People magazine offered a preview of the video on January 9, 2009, as well as confirming that the fully finished version would premiere via Milian's MySpace page on January 13, 2009. According to Video Static, the music video was filmed in sepia, with Milian taking the narrative of being "out in the middle of a desert without a soul in sight — except for the hunky man who wanders over to join in her defiant stance against whatever forces might assail their union."

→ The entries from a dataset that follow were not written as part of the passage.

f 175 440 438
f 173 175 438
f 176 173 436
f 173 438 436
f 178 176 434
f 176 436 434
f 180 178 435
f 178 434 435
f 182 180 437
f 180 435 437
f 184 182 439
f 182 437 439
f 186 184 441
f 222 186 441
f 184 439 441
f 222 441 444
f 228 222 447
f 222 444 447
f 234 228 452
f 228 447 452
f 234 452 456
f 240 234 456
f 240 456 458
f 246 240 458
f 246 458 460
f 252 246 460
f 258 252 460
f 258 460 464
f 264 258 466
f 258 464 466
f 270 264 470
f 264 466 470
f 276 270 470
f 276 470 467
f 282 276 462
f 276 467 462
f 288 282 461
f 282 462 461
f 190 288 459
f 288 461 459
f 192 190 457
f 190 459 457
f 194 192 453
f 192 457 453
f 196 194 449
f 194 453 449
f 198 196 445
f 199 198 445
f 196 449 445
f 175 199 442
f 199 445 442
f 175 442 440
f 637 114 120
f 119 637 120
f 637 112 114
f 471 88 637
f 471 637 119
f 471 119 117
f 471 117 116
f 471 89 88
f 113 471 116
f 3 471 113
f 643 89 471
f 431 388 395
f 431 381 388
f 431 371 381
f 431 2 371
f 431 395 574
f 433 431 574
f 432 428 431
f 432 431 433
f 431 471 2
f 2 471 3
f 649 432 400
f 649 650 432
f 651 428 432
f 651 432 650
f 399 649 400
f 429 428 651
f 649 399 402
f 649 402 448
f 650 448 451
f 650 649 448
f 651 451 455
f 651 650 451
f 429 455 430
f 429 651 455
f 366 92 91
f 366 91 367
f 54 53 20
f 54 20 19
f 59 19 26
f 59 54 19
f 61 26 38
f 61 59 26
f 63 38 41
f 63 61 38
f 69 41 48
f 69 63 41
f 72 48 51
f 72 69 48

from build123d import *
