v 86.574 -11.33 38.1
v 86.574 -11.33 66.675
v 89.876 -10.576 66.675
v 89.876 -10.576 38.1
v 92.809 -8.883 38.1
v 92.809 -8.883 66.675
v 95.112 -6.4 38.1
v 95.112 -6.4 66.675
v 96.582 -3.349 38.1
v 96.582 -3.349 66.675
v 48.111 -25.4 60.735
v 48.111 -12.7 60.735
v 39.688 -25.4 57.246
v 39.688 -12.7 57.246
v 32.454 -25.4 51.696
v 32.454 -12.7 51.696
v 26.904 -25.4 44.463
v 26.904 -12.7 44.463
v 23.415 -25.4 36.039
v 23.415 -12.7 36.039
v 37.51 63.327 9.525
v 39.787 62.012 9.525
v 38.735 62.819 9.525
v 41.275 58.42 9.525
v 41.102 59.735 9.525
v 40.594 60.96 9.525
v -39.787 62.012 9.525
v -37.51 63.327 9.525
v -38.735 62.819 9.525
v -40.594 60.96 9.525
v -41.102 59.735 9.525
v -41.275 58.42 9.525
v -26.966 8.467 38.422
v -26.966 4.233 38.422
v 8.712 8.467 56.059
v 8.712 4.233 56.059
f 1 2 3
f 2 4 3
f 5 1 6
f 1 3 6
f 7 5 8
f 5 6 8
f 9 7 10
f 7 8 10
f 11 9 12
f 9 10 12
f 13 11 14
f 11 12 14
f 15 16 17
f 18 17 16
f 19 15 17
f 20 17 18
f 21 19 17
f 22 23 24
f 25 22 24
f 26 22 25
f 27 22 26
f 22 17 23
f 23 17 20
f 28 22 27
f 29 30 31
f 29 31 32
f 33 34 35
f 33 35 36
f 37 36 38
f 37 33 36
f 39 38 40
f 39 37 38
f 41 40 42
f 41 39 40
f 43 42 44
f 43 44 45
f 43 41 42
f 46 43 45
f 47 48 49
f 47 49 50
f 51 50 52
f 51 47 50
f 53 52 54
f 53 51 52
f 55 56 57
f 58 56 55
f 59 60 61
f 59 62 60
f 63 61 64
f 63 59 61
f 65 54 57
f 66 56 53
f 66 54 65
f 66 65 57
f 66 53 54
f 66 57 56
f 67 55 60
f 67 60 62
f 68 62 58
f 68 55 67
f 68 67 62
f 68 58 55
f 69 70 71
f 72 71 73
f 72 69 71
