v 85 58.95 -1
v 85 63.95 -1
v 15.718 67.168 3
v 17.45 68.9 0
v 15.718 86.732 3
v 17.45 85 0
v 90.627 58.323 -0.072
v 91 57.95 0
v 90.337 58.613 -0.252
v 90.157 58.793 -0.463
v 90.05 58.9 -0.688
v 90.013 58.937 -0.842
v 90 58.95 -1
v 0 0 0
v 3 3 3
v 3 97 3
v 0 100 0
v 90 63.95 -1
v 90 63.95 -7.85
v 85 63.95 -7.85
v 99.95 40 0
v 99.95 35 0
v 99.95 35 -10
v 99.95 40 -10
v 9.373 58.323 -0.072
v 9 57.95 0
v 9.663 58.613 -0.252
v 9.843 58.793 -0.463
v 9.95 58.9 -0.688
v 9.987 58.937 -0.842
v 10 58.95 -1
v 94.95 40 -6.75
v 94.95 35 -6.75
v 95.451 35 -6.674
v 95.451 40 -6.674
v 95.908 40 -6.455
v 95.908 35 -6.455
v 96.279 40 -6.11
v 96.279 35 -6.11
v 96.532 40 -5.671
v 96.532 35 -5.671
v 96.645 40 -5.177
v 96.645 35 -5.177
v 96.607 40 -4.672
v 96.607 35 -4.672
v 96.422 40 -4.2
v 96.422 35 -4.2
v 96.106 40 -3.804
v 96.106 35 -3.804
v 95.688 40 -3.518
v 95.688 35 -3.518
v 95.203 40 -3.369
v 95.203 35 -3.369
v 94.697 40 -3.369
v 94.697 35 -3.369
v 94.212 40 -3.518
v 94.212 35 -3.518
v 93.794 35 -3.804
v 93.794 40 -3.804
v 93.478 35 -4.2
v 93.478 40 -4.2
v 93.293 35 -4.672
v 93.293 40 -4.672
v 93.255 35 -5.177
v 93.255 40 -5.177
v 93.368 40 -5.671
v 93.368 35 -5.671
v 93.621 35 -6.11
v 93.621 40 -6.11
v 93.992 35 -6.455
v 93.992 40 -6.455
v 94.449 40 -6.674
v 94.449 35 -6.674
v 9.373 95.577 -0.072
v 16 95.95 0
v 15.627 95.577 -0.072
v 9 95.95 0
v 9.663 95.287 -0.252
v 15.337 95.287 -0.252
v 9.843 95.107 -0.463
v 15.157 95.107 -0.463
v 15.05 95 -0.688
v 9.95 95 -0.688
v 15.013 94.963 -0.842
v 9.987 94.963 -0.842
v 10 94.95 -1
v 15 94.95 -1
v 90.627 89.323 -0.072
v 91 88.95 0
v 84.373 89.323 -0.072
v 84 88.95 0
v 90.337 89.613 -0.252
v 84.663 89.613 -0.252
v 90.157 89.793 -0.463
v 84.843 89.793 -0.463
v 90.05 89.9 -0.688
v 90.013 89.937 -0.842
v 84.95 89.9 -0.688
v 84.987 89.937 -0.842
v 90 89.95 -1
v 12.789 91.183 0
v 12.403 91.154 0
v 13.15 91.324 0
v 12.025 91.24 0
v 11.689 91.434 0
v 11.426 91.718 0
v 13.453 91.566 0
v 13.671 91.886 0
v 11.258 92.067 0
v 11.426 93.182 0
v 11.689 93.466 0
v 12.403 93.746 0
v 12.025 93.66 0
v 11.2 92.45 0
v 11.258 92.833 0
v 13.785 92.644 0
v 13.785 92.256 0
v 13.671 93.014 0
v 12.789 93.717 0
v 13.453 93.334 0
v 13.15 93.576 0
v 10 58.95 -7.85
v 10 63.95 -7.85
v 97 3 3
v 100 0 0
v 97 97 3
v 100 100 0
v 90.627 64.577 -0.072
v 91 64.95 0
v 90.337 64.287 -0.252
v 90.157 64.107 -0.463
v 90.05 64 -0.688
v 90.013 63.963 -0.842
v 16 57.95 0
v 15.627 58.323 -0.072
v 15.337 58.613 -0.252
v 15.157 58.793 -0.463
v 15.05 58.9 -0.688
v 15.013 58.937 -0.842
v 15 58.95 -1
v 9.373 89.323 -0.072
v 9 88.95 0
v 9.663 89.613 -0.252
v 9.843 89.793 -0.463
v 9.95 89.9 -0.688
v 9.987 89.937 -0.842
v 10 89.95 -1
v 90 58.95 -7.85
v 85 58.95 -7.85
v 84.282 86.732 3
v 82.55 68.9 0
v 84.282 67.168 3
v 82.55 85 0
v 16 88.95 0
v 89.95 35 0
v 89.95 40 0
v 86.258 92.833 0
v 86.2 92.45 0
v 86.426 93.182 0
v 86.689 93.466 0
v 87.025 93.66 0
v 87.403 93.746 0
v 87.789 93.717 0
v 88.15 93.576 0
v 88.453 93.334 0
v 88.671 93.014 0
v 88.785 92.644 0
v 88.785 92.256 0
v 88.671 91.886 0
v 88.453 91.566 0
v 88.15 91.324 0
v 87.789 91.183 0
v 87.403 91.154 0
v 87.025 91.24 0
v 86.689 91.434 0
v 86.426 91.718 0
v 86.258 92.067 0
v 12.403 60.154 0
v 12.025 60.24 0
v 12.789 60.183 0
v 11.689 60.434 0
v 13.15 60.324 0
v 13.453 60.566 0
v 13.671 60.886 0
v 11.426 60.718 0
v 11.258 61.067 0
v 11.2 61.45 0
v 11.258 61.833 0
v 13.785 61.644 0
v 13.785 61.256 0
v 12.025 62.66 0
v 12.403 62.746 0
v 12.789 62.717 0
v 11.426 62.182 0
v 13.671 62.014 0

On working with Milian on the music video, Kay felt that the experience pushed him and his team into new territory. He commended Milain's growth as an artist since So Amazin' (2006) and expressed his intentions to show that grow in the music video. He stated that his "aim was to create an iconic image of Christina, and use the desert and elemental fashion as a visual metaphor of the lyrics." The video has a theme of desert imagery. Kay expanded on how the video was created, explaining that "the sand dunes in the video were used by ATV and dune buggy enthusiasts at the time of filming. The video was shot during the busiest weekend of the year for the location, and the crew were constantly forced to stop filming to get clear backgrounds."

==Track listings==
- Digital/CD Single
1. "Us Against the World" – 4:39

- Digital download – Remix
2. "Us Against the World" (Jason Nevins remix) – 4:16

== Credits and personnel ==
Credits adapted from the liner notes of the CD single.

Recording locations
- Mixed at Larrabee Sound Studios in Hollywood (California)

Personnel
- Christina Milian – lead vocals, songwriter
- Manny Marroquin – mixing, mastering
- Makeba Riddick – songwriter
- Theodore "Madd Scientst" Thomas – songwriter, producer

==Charts==

Chart performance for "Us Against the World"
| Chart (2009) | Peak position |
|---|---|
| UK Singles (Official Charts Company) | 112 |
| US Pop 100 Airplay (Billboard) | 65 |

==Release history==

Release formats and dates for "Us Against the World"
Country: Date; Format; Version; Label^{[a]}; Ref.
Various: October 6, 2008; Streaming (MySpace); Original version; MySpace Records; Interscope;
October 11, 2008: CD single
United States: October 28, 2008; Contemporary hit radio
January 6, 2009: Album track download^{[b]}; Jason Nevins remix; Ultra Records
January 20, 2009: Digital download; Radio Killa; MySpace; Interscope;

Notes
- ^{} In the UK, "Us Against the World" was distributed by Mercury Records.
- ^{} The Jason Nevins remix was first released on the compilation album Jason Nevins presents Ultra Dance 10, where it could be downloaded as an album track.